Étiquette : guérison

  • Rencontre en Ardouane

    Ce lieu est sanctifié à jamais et vous y trouverez ce repos qui n’existe nulle autre part. Rien ne doit être fait par profit en ce lieu, et il ne devra jamais y avoir de commerce. La nature doit rester nature, les fleurs fleuriront, les arbres donneront de beaux fruits. Tout sera naturel et ce sera un havre de Paix pour tous les êtres qui y viendront.

    En ce jour, certaines personnes dont le feu ronge leurs entrailles seront guéries ; ils ressentiront une chaleur intérieure, ils guériront. Dans ce lieu se feront des guérisons physiques et spirituelles. Des gens du monde entier viendront ici, mais ils viendront pour prier et se retrouver eux-mêmes. Les hommes, à l’heure actuelle, n’ont toujours pas compris le message d’Amour et de Paix. Je viens dans ce lieu depuis des années et je reviendrai dans l’éternité.

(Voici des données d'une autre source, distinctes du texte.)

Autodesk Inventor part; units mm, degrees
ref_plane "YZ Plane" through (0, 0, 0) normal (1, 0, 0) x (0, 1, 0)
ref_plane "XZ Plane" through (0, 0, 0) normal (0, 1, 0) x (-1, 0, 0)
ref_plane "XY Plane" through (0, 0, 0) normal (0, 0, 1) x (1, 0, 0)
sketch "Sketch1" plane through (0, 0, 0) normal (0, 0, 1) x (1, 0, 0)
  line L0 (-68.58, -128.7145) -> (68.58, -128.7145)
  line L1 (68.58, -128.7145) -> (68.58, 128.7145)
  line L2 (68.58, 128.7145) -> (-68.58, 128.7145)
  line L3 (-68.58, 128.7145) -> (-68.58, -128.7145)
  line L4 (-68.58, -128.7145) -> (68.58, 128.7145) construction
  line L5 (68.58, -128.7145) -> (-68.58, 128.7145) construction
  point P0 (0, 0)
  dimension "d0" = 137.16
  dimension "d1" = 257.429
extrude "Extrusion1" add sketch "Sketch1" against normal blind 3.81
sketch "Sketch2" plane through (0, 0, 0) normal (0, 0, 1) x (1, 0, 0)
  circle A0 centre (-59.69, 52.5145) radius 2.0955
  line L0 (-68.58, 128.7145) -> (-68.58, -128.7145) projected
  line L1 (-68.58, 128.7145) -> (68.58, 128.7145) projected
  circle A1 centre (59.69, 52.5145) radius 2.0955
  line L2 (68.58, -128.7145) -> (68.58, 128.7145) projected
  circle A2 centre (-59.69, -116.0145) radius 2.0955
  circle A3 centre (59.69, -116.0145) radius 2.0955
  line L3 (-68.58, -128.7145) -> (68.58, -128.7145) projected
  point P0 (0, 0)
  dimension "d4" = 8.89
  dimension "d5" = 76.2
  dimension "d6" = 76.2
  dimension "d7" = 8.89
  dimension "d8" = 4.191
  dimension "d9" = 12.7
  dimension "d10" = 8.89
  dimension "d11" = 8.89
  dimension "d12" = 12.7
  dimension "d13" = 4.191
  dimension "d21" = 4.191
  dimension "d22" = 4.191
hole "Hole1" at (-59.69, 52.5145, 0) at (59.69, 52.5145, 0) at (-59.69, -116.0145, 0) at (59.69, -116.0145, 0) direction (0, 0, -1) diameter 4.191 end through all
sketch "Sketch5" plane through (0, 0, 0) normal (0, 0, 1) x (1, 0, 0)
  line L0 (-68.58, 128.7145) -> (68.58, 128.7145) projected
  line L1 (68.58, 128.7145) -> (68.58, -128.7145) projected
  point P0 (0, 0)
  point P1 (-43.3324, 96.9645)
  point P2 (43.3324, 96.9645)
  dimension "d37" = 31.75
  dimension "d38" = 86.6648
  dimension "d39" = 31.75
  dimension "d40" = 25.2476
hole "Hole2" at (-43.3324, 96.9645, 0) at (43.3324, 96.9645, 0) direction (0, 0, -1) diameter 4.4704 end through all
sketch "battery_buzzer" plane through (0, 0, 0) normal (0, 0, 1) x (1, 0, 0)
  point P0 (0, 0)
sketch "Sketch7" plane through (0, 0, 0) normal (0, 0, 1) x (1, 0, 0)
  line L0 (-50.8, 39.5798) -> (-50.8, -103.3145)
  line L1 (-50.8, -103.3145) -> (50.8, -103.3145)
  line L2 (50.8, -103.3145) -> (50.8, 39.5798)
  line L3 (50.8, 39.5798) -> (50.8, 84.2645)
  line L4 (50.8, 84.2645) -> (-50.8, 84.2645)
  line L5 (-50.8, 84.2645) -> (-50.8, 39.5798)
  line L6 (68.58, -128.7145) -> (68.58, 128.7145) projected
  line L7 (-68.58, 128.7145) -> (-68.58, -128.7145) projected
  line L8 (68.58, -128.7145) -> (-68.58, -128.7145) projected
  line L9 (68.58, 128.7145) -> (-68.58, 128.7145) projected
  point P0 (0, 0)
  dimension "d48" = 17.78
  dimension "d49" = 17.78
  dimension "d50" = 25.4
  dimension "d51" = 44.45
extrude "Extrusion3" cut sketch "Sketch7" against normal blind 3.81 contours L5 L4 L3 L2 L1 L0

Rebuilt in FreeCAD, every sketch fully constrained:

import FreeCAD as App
import Part
import Sketcher

V = App.Vector
Q = App.Units.Quantity


def add_polygon(sketch, points):
    """Adds a closed chain of lines whose ends are joined by coincident constraints."""
    first, n = sketch.GeometryCount, len(points)
    for a, b in zip(points, points[1:] + points[:1]):
        sketch.addGeometry(Part.LineSegment(App.Vector(*a, 0), App.Vector(*b, 0)), False)
    for i in range(n):
        sketch.addConstraint(Sketcher.Constraint("Coincident", first + i, 2, first + (i + 1) % n, 1))

doc = App.newDocument("Part")
body = doc.addObject("PartDesign::Body", "Body")

sketch1 = doc.addObject("Sketcher::SketchObject", "Sketch")
body.addObject(sketch1)
sketch1.AttachmentSupport = (doc.XY_Plane, [""])
sketch1.MapMode = "FlatFace"
add_polygon(sketch1, [(-69, 129), (-69, -129), (69, -129), (69, 129)])
sketch1.addConstraint(Sketcher.Constraint("Vertical", 0))
sketch1.addConstraint(Sketcher.Constraint("Horizontal", 1))
sketch1.addConstraint(Sketcher.Constraint("Vertical", 2))
sketch1.addConstraint(Sketcher.Constraint("Horizontal", 3))
sketch1.addConstraint(Sketcher.Constraint("Symmetric", 0, 2, 2, 2, -1, 1))
sketch1.addConstraint(Sketcher.Constraint("DistanceX", 1, 1, 1, 2, Q("5.4 in")))
sketch1.addConstraint(Sketcher.Constraint("DistanceY", 0, 2, 0, 1, Q("10.135 in")))
pad1 = doc.addObject("PartDesign::Pad", "Pad")
body.addObject(pad1)
pad1.Profile = sketch1
pad1.Length = Q("0.15 in")
pad1.Reversed = True

sketch2 = doc.addObject("Sketcher::SketchObject", "Sketch001")
body.addObject(sketch2)
sketch2.AttachmentSupport = (doc.XY_Plane, [""])
sketch2.MapMode = "FlatFace"
sketch2.addGeometry(Part.Circle(V(-59.7, 52.5, 0), V(0, 0, 1), 2.1), False)
sketch2.addGeometry(Part.Circle(V(59.7, 52.5, 0), V(0, 0, 1), 2.1), False)
sketch2.addGeometry(Part.Circle(V(-59.7, -116, 0), V(0, 0, 1), 2.1), False)
sketch2.addGeometry(Part.Circle(V(59.7, -116, 0), V(0, 0, 1), 2.1), False)
sketch2.addConstraint(Sketcher.Constraint("Equal", 0, 1))
sketch2.addConstraint(Sketcher.Constraint("Equal", 1, 2))
sketch2.addConstraint(Sketcher.Constraint("Equal", 2, 3))
sketch2.addConstraint(Sketcher.Constraint("Symmetric", 0, 3, 1, 3, -2))
sketch2.addConstraint(Sketcher.Constraint("Symmetric", 2, 3, 3, 3, -2))
sketch2.addConstraint(Sketcher.Constraint("Vertical", 0, 3, 2, 3))
sketch2.addConstraint(Sketcher.Constraint("Diameter", 0, Q("0.165 in")))
sketch2.addConstraint(Sketcher.Constraint("DistanceX", 0, 3, 1, 3, Q("4.7 in")))
sketch2.addConstraint(Sketcher.Constraint("DistanceY", 2, 3, 0, 3, Q("6.635 in")))
sketch2.addConstraint(Sketcher.Constraint("DistanceY", -1, 1, 0, 3, Q("2.0675 in")))
doc.recompute()
hole = doc.addObject("PartDesign::Hole", "Hole")
body.addObject(hole)
hole.Profile = sketch2
hole.ThreadType = "None"
hole.Diameter = Q("0.165 in")
hole.DepthType = "ThroughAll"

sketch3 = doc.addObject("Sketcher::SketchObject", "Sketch002")
body.addObject(sketch3)
sketch3.AttachmentSupport = (doc.XY_Plane, [""])
sketch3.MapMode = "FlatFace"
sketch3.addGeometry(Part.Circle(V(-43.3, 97, 0), V(0, 0, 1), 2.2), False)
sketch3.addGeometry(Part.Circle(V(43.3, 97, 0), V(0, 0, 1), 2.2), False)
sketch3.addConstraint(Sketcher.Constraint("Equal", 0, 1))
sketch3.addConstraint(Sketcher.Constraint("Symmetric", 0, 3, 1, 3, -2))
sketch3.addConstraint(Sketcher.Constraint("Diameter", 0, Q("0.176 in")))
sketch3.addConstraint(Sketcher.Constraint("DistanceX", 0, 3, -1, 1, Q("1.706 in")))
sketch3.addConstraint(Sketcher.Constraint("DistanceY", -1, 1, 0, 3, Q("3.8175 in")))
doc.recompute()
hole2 = doc.addObject("PartDesign::Hole", "Hole001")
body.addObject(hole2)
hole2.Profile = sketch3
hole2.ThreadType = "None"
hole2.Diameter = Q("0.176 in")
hole2.DepthType = "ThroughAll"

sketch4 = doc.addObject("Sketcher::SketchObject", "Sketch003")
body.addObject(sketch4)
sketch4.AttachmentSupport = (doc.XY_Plane, [""])
sketch4.MapMode = "FlatFace"
add_polygon(sketch4, [(-51, 84), (-51, -103), (51, -103), (51, 84)])
sketch4.addConstraint(Sketcher.Constraint("Vertical", 0))
sketch4.addConstraint(Sketcher.Constraint("Horizontal", 1))
sketch4.addConstraint(Sketcher.Constraint("Vertical", 2))
sketch4.addConstraint(Sketcher.Constraint("Horizontal", 3))
sketch4.addConstraint(Sketcher.Constraint("DistanceX", 1, 1, 1, 2, Q("4 in")))
sketch4.addConstraint(Sketcher.Constraint("DistanceX", 0, 2, -1, 1, Q("2 in")))
sketch4.addConstraint(Sketcher.Constraint("DistanceY", 0, 2, 0, 1, Q("7.385 in")))
sketch4.addConstraint(Sketcher.Constraint("DistanceY", 0, 2, -1, 1, Q("4.0675 in")))
pocket1 = doc.addObject("PartDesign::Pocket", "Pocket")
body.addObject(pocket1)
pocket1.Profile = sketch4
pocket1.Length = Q("0.15 in")

doc.recompute()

    Priez pour tous ceux qui souffrent dans ce monde, que ce soit de la faim, de la guerre. Ayez un peu plus d’humilité afin de permettre à d’autres de vivre dans l’Amour et la Paix.

    Tous les ans et le deuxième dimanche de juillet, une très grande réunion aura lieu ici. Ce sera un regroupement de jeunes, de gens plus âgés, de personnes plus âgées afin de mettre en commun leur Amour et leur Paix, afin qu’ils apprennent à se connaître et qu’ils apprennent à faire connaître autour d’eux  ce que c’est de ressentir l’Amour, la sérénité intérieure.

    Vous êtes tous mes enfants, que j’aime de la même manière, quels qu’ils soient. Vous êtes les seuls à vous trouver des défauts et des qualités, vous créez vos erreurs comme vous créez vos moments de bonheur. Ayez confiance en autrui, ouvrez-lui votre cœur et vous me trouverez en chacun d’eux. C’est aujourd’hui qu’il faut vous serrer la main et vous embrasser, afin de montrer votre amour complice envers le Dieu, le Dieu de l’univers, envers mon Amour de Mère.

    Vous êtes là pour vivre autre chose, tous et chacun, tels que vous êtes là, pour apporter quelque chose à autrui, un peu d’amour, un peu d’espoir, un peu de confiance, un peu de réconfort.  Il faut vous battre, vous battre dans cette voie et non dans ce but qui est celui, à l’heure actuelle, de gagner de l’argent, de renflouer les comptes, de partir en vacances, se faire bronzer. Votre vie sur terre n’est pas une vie matérielle, mais une vie d’évolution envers tous.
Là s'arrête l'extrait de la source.